No. A well-roasted dark coffee like our Audley tastes smooth, roasty, and chocolatey — not bitter. By contrast, supermarket “strong” or “extra strong” coffees often taste bitter because they’re over-roasted to hide low-quality beans.

Does fresh coffee taste less bitter than stale coffee?

Yes, dramatically. Specifically, stale coffee loses its natural sweetness and complexity, leaving bitterness more exposed. As a result, drinking beans within 28 days of roasting is the single biggest improvement you can make.

Can hard water make coffee taste bitter?

Yes. Specifically, very hard UK water (common in London, Cambridge, the South East) extracts coffee differently and can amplify bitterness. Therefore, use a Brita-filtered water for brewing, and descale your kettle and machine monthly.

Does adding salt to coffee reduce bitterness?

It’s a real technique — a tiny pinch of salt can suppress bitter taste receptors. However, it’s a workaround, not a fix. Specifically, you’re better off solving the root cause (extraction, grind, beans) so the coffee tastes good on its own.

Where can I buy smooth, low-bitterness coffee in the UK?

The Coffee Twins — we roast all our coffee in England. Specifically, our Bobo, Parrot, and Hufflelump are naturally smooth and low in bitterness, with sweetness 4/5 and acidity 2/5. £9.50–£10.50 / 250g. Furthermore, free UK shipping over £30. Use NEW10 for 10% off your first order.

Summary

Bitter coffee is almost always caused by over-extraction. Specifically, the seven causes are: water too hot, grind too fine, brewing too long, too much coffee for the water, stale beans, dirty equipment, or over-roasted beans. Fortunately, six of the seven are free to fix.
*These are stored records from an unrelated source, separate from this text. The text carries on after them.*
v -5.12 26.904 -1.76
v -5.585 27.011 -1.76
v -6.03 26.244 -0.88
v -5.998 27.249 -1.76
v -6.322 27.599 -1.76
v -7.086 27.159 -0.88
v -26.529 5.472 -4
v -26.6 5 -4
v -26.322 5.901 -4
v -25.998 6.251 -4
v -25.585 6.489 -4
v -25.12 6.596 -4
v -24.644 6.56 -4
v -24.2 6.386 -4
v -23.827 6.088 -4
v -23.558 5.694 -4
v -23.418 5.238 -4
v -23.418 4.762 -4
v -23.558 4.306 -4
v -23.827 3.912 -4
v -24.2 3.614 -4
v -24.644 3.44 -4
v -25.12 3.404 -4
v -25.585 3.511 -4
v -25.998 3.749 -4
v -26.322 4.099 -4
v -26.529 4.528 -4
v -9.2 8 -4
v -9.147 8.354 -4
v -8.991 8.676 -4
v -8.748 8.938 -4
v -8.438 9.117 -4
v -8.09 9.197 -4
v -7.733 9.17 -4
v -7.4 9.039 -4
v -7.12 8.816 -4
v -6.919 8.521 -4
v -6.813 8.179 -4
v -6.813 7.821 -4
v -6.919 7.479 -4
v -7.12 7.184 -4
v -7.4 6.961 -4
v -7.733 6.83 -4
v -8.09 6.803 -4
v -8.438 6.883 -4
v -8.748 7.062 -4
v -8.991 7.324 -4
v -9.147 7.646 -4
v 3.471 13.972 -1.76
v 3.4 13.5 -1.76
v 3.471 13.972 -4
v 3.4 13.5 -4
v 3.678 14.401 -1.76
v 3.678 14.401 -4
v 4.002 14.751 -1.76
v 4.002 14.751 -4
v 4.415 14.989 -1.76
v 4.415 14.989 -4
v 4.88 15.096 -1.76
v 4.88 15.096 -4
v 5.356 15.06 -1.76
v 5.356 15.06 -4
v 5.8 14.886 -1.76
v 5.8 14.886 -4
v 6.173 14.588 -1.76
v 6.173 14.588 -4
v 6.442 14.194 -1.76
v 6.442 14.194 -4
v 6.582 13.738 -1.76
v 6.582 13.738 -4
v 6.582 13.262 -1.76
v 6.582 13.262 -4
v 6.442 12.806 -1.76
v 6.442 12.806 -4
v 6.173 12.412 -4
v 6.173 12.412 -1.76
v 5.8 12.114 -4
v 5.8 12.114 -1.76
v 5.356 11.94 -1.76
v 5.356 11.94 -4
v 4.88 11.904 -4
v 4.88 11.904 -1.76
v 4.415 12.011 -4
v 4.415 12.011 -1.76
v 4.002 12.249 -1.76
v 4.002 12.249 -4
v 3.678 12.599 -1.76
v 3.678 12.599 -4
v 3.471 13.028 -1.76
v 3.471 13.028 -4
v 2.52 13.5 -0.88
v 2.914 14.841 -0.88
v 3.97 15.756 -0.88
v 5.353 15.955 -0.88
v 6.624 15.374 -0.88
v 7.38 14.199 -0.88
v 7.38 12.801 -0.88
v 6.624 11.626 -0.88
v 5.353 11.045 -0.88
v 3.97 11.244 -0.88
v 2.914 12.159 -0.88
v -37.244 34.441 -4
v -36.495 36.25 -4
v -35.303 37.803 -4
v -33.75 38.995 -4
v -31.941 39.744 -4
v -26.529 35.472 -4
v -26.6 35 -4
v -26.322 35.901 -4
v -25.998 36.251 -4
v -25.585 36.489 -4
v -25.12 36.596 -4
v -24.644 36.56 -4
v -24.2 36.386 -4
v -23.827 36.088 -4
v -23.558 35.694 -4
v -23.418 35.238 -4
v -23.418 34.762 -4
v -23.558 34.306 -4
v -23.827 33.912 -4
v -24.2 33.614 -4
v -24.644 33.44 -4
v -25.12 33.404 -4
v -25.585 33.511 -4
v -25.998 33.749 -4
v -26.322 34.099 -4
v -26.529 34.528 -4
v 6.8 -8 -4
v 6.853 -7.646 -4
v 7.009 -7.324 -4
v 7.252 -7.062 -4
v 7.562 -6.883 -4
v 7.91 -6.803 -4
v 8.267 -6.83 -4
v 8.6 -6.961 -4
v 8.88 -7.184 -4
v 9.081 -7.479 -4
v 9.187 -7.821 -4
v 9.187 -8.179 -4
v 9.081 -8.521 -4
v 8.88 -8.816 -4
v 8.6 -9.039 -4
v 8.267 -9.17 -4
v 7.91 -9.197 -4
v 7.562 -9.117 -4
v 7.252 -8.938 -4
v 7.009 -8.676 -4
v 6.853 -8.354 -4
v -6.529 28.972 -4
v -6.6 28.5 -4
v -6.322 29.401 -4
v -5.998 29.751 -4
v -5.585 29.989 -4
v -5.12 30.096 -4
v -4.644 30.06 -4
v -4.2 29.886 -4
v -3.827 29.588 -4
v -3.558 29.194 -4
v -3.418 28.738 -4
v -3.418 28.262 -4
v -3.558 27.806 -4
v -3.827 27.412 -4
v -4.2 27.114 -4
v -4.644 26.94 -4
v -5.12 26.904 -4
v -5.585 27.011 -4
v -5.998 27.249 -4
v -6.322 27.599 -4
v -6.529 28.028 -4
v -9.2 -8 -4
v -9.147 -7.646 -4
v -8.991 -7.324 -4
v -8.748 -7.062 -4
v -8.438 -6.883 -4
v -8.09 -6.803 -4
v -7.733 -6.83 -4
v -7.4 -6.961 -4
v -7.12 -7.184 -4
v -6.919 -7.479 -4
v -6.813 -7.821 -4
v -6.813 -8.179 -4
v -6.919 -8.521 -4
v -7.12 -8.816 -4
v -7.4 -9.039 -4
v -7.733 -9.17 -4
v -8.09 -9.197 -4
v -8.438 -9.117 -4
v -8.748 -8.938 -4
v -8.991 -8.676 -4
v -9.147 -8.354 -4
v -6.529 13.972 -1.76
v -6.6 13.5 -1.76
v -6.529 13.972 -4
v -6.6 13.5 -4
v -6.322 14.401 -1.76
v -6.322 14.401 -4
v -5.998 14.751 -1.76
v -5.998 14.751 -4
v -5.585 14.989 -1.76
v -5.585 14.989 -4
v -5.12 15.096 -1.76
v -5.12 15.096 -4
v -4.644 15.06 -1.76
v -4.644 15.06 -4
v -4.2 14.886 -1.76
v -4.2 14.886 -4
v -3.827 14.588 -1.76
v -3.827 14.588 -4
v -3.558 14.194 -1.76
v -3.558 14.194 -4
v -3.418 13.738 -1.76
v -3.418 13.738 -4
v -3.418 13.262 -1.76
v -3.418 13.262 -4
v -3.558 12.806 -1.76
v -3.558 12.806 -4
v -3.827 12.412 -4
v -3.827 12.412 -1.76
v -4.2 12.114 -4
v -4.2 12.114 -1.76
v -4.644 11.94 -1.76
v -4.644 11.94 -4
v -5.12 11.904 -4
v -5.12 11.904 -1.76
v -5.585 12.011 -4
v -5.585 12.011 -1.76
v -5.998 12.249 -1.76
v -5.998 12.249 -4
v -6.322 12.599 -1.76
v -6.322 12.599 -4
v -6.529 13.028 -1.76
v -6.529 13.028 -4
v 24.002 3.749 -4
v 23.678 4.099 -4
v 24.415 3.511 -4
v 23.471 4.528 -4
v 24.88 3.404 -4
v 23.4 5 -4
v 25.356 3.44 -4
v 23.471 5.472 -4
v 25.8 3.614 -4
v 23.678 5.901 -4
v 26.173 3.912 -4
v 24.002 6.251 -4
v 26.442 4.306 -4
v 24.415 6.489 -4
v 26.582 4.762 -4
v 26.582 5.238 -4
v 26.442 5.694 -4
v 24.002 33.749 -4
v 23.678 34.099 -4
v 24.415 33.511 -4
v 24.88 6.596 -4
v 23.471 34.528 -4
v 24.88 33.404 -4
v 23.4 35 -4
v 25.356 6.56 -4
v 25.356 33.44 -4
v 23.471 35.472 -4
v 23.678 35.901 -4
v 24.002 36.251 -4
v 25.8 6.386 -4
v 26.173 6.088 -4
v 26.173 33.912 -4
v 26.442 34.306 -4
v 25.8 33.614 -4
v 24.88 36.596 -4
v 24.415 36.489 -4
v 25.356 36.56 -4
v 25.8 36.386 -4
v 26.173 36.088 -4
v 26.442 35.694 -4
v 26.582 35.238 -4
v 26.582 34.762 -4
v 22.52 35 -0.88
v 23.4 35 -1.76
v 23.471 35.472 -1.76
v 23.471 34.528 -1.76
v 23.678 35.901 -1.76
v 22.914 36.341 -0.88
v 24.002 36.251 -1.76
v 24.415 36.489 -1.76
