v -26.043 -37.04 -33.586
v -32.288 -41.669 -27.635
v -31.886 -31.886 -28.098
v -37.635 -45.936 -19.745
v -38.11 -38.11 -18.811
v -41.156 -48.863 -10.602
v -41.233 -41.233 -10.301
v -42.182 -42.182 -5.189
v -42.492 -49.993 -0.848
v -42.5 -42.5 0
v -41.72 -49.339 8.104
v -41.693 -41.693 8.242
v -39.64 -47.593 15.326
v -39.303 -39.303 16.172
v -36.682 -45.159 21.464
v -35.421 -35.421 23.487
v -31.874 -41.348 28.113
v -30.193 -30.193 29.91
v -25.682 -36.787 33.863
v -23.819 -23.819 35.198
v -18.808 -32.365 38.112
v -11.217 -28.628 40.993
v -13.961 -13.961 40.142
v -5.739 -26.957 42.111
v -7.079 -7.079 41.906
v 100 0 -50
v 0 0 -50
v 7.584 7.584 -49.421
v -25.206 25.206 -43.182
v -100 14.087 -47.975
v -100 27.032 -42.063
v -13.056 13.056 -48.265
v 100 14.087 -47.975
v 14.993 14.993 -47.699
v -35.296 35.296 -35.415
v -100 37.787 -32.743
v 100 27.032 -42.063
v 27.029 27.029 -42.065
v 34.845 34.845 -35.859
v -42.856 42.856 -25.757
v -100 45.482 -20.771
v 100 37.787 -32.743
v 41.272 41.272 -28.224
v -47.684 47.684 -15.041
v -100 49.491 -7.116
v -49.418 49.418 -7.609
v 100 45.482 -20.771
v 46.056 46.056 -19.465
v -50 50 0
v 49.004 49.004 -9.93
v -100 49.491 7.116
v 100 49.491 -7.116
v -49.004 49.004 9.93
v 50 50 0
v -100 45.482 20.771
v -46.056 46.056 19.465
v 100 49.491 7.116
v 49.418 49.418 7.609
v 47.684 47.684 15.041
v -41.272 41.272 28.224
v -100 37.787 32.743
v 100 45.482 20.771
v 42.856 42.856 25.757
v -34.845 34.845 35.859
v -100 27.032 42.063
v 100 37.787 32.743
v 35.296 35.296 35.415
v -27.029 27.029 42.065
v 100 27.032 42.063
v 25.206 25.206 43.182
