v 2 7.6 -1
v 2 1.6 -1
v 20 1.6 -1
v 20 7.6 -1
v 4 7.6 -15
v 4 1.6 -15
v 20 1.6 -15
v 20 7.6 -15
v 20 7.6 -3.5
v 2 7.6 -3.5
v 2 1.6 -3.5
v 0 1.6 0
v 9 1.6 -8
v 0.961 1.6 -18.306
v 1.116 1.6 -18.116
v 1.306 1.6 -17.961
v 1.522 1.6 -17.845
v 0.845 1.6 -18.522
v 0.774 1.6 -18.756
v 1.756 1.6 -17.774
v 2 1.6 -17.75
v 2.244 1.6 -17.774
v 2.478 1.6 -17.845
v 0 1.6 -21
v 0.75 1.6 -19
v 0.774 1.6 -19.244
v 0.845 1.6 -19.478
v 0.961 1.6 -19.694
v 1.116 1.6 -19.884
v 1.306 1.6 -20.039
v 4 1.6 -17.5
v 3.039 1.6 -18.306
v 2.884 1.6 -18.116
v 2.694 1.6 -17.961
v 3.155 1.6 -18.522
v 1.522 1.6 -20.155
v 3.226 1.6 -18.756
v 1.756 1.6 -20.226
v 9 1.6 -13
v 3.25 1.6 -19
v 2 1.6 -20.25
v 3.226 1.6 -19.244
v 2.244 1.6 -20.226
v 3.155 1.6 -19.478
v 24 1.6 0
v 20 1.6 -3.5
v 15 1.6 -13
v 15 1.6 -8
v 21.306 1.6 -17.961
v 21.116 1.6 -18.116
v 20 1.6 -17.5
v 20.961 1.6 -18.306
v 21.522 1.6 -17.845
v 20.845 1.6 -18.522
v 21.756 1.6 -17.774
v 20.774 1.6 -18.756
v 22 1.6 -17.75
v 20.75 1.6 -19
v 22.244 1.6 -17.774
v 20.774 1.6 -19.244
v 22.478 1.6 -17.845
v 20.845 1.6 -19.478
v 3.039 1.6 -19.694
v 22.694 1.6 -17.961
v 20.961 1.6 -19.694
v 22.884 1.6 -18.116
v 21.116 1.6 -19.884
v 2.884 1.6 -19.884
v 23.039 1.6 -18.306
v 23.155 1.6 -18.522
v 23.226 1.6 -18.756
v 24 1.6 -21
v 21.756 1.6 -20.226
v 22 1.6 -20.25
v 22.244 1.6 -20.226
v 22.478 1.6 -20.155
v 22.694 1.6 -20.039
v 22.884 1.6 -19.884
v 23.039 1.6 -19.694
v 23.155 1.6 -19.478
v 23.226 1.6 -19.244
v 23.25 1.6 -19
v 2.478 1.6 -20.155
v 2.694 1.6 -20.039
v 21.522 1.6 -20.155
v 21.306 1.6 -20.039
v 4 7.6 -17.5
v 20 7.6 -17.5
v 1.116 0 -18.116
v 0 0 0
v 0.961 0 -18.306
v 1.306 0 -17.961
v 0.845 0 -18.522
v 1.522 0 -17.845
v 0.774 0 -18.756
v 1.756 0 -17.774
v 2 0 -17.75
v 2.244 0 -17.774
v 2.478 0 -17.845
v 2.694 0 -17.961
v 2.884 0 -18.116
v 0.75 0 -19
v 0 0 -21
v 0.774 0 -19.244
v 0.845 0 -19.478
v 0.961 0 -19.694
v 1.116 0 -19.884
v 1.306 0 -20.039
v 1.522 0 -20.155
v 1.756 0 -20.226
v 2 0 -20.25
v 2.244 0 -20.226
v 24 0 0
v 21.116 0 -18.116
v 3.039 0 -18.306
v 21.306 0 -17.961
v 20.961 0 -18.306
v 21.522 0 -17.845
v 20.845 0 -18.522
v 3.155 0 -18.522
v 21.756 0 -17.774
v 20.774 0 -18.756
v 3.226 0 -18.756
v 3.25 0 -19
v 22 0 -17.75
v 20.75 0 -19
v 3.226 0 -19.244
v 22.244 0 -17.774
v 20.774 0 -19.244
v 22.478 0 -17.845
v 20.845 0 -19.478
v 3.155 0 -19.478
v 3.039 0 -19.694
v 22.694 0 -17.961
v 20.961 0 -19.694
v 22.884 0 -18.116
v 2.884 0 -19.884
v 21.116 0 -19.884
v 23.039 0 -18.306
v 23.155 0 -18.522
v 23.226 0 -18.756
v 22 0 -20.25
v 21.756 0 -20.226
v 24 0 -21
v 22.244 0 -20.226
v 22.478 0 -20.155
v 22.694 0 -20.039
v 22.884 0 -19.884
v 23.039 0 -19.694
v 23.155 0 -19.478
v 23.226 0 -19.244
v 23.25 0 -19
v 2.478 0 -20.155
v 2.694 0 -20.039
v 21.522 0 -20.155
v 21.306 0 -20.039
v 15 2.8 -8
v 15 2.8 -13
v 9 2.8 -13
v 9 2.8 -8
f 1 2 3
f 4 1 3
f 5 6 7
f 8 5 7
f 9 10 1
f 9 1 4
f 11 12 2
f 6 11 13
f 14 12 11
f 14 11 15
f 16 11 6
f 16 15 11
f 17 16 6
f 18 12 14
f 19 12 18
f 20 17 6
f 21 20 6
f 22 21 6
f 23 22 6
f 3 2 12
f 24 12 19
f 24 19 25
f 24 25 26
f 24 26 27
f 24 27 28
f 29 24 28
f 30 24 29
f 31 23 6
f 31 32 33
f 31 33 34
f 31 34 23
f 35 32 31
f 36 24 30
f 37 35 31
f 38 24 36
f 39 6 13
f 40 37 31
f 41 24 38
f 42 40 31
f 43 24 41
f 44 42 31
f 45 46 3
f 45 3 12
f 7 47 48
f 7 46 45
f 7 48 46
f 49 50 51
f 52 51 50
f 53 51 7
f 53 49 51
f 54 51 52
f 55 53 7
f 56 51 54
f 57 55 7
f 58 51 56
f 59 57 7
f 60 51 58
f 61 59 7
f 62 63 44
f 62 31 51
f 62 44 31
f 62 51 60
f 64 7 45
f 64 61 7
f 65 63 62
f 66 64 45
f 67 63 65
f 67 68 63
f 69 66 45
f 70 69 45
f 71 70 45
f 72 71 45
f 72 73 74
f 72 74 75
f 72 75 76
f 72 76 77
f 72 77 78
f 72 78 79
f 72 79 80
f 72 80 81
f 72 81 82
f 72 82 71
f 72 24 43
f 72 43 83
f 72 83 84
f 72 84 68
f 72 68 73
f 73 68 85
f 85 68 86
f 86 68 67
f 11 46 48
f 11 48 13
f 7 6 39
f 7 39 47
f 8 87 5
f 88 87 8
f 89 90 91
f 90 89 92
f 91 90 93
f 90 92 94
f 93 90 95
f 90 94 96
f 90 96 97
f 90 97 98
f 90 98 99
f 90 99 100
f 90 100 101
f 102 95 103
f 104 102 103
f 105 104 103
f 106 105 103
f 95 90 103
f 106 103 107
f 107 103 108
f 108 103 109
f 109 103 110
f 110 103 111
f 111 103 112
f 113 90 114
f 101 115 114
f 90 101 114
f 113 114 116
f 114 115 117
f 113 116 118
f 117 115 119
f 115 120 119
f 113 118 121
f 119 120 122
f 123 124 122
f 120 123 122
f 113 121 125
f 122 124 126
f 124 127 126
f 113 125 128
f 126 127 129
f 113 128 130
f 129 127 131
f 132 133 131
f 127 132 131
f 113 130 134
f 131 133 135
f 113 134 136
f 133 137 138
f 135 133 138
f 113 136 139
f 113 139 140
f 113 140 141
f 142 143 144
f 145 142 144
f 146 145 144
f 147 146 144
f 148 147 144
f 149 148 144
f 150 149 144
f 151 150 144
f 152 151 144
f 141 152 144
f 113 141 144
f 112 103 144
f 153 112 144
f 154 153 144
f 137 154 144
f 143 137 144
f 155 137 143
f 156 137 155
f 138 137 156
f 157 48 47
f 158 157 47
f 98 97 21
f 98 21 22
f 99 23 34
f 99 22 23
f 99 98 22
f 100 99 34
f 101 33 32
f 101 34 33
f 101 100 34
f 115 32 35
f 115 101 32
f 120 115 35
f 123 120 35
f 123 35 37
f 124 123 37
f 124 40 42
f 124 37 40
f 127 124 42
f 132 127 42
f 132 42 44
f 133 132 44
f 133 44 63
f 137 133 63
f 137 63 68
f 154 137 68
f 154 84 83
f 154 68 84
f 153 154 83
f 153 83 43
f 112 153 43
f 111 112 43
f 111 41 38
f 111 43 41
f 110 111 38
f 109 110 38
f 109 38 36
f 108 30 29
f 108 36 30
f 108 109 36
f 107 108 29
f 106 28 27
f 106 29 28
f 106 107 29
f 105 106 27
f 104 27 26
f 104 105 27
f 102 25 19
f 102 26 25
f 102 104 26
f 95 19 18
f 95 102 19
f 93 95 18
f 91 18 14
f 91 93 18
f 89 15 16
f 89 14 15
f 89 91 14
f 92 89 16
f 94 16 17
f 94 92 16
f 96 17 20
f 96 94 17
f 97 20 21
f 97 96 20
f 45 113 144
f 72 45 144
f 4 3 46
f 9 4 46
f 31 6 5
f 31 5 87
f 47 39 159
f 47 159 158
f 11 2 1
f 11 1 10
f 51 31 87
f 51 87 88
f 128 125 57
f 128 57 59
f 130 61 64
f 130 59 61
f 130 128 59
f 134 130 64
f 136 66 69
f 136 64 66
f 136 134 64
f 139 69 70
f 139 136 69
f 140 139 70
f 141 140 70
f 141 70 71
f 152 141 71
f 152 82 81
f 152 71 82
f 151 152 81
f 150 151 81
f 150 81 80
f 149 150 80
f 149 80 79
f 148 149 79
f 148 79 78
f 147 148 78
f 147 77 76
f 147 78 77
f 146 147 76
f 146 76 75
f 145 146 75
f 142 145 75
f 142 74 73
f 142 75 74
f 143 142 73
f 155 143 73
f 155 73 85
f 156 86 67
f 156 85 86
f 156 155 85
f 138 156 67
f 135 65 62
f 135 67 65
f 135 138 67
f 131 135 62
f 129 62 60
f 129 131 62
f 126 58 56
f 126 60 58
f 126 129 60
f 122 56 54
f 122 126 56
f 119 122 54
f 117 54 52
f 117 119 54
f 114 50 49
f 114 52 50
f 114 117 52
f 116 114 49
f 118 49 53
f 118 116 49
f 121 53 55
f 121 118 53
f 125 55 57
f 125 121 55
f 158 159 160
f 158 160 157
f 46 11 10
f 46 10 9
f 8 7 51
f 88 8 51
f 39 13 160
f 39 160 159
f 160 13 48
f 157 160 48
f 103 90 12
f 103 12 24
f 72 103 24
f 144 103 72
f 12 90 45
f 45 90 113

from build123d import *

# Parameters (mm, degrees)
SKETCH1_W               = 24
SKETCH1_H               = 21
PCB_DEPTH               = 1.6
MOUNT_HOLE_1_DEPTH      = 32.930549635
MOUNT_HOLE_1_DEPTH_BACK = 32.930549635
SKETCH2_R               = 1.25
MOUNT_HOLE_2_DEPTH      = 32.930549635
MOUNT_HOLE_2_DEPTH_BACK = 32.930549635
SKETCH3_R               = 1.25
MX1508_IC_START         = 1.6
SKETCH4_W               = 6
SKETCH4_H               = 5
MX1508_IC_DEPTH         = 1.2
PINS_IN_START           = 1.6
SKETCH5_W               = 18
SKETCH5_H               = 2.5
PINS_IN_DEPTH           = 6
PINS_OUT_START          = 1.6
SKETCH6_W               = 16
SKETCH6_H               = 2.5
PINS_OUT_DEPTH          = 6


with BuildPart() as part:
    # Sketch1 → PCB (new body)
    with BuildSketch(Plane(origin=(0, 0, 0), x_dir=(1, 0, 0), z_dir=(0, 1, 0))):
        with Locations((12, 10.5)):
            Rectangle(SKETCH1_W, SKETCH1_H)
    extrude(amount=PCB_DEPTH)

    # Sketch2 → Mount_hole_1 (cut, two sides: drawn at the far end of the back side and taken through both)
    with BuildSketch(Plane(origin=(0, 0, 0), x_dir=(1, 0, 0), z_dir=(0, 1, 0)).offset(-MOUNT_HOLE_1_DEPTH_BACK)):
        with Locations(Location((2, 19, 0), (0, 0, 270))):
            Circle(SKETCH2_R)
    extrude(amount=MOUNT_HOLE_1_DEPTH + MOUNT_HOLE_1_DEPTH_BACK, mode=Mode.SUBTRACT)

    # Sketch3 → Mount_hole_2 (cut, two sides: drawn at the far end of the back side and taken through both)
    with BuildSketch(Plane(origin=(0, 0, 0), x_dir=(1, 0, 0), z_dir=(0, 1, 0)).offset(-MOUNT_HOLE_2_DEPTH_BACK)):
        with Locations(Location((22, 19, 0), (0, 0, 270))):
            Circle(SKETCH3_R)
    extrude(amount=MOUNT_HOLE_2_DEPTH + MOUNT_HOLE_2_DEPTH_BACK, mode=Mode.SUBTRACT)

    # Sketch4 → MX1508_IC (add)
    with BuildSketch(Plane(origin=(0, 0, 0), x_dir=(1, 0, 0), z_dir=(0, 1, 0)).offset(MX1508_IC_START)):
        with Locations((12, 10.5)):
            Rectangle(SKETCH4_W, SKETCH4_H)
    extrude(amount=MX1508_IC_DEPTH)

    # Sketch5 → Pins_in (add)
    with BuildSketch(Plane(origin=(0, 0, 0), x_dir=(1, 0, 0), z_dir=(0, 1, 0)).offset(PINS_IN_START)):
        with Locations((11, 2.25)):
            Rectangle(SKETCH5_W, SKETCH5_H)
    extrude(amount=PINS_IN_DEPTH)

    # Sketch6 → Pins_out (add)
    with BuildSketch(Plane(origin=(0, 0, 0), x_dir=(1, 0, 0), z_dir=(0, 1, 0)).offset(PINS_OUT_START)):
        with Locations((12, 16.25)):
            Rectangle(SKETCH6_W, SKETCH6_H)
    extrude(amount=PINS_OUT_DEPTH)


solid = part.part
To begin troubleshooting, start with the cheapest fixes:

  1. Wait 30 seconds after boiling before pouring (94°C)
  2. Go one notch coarser on the grind
  3. Stick to the right brew time for your method
  4. Clean your equipment

If those don’t work, the issue is your beans. As a result, switch to a fresher, better-quality bag. Our Bobo, Parrot, and Hufflelump are the three least likely to ever taste bitter.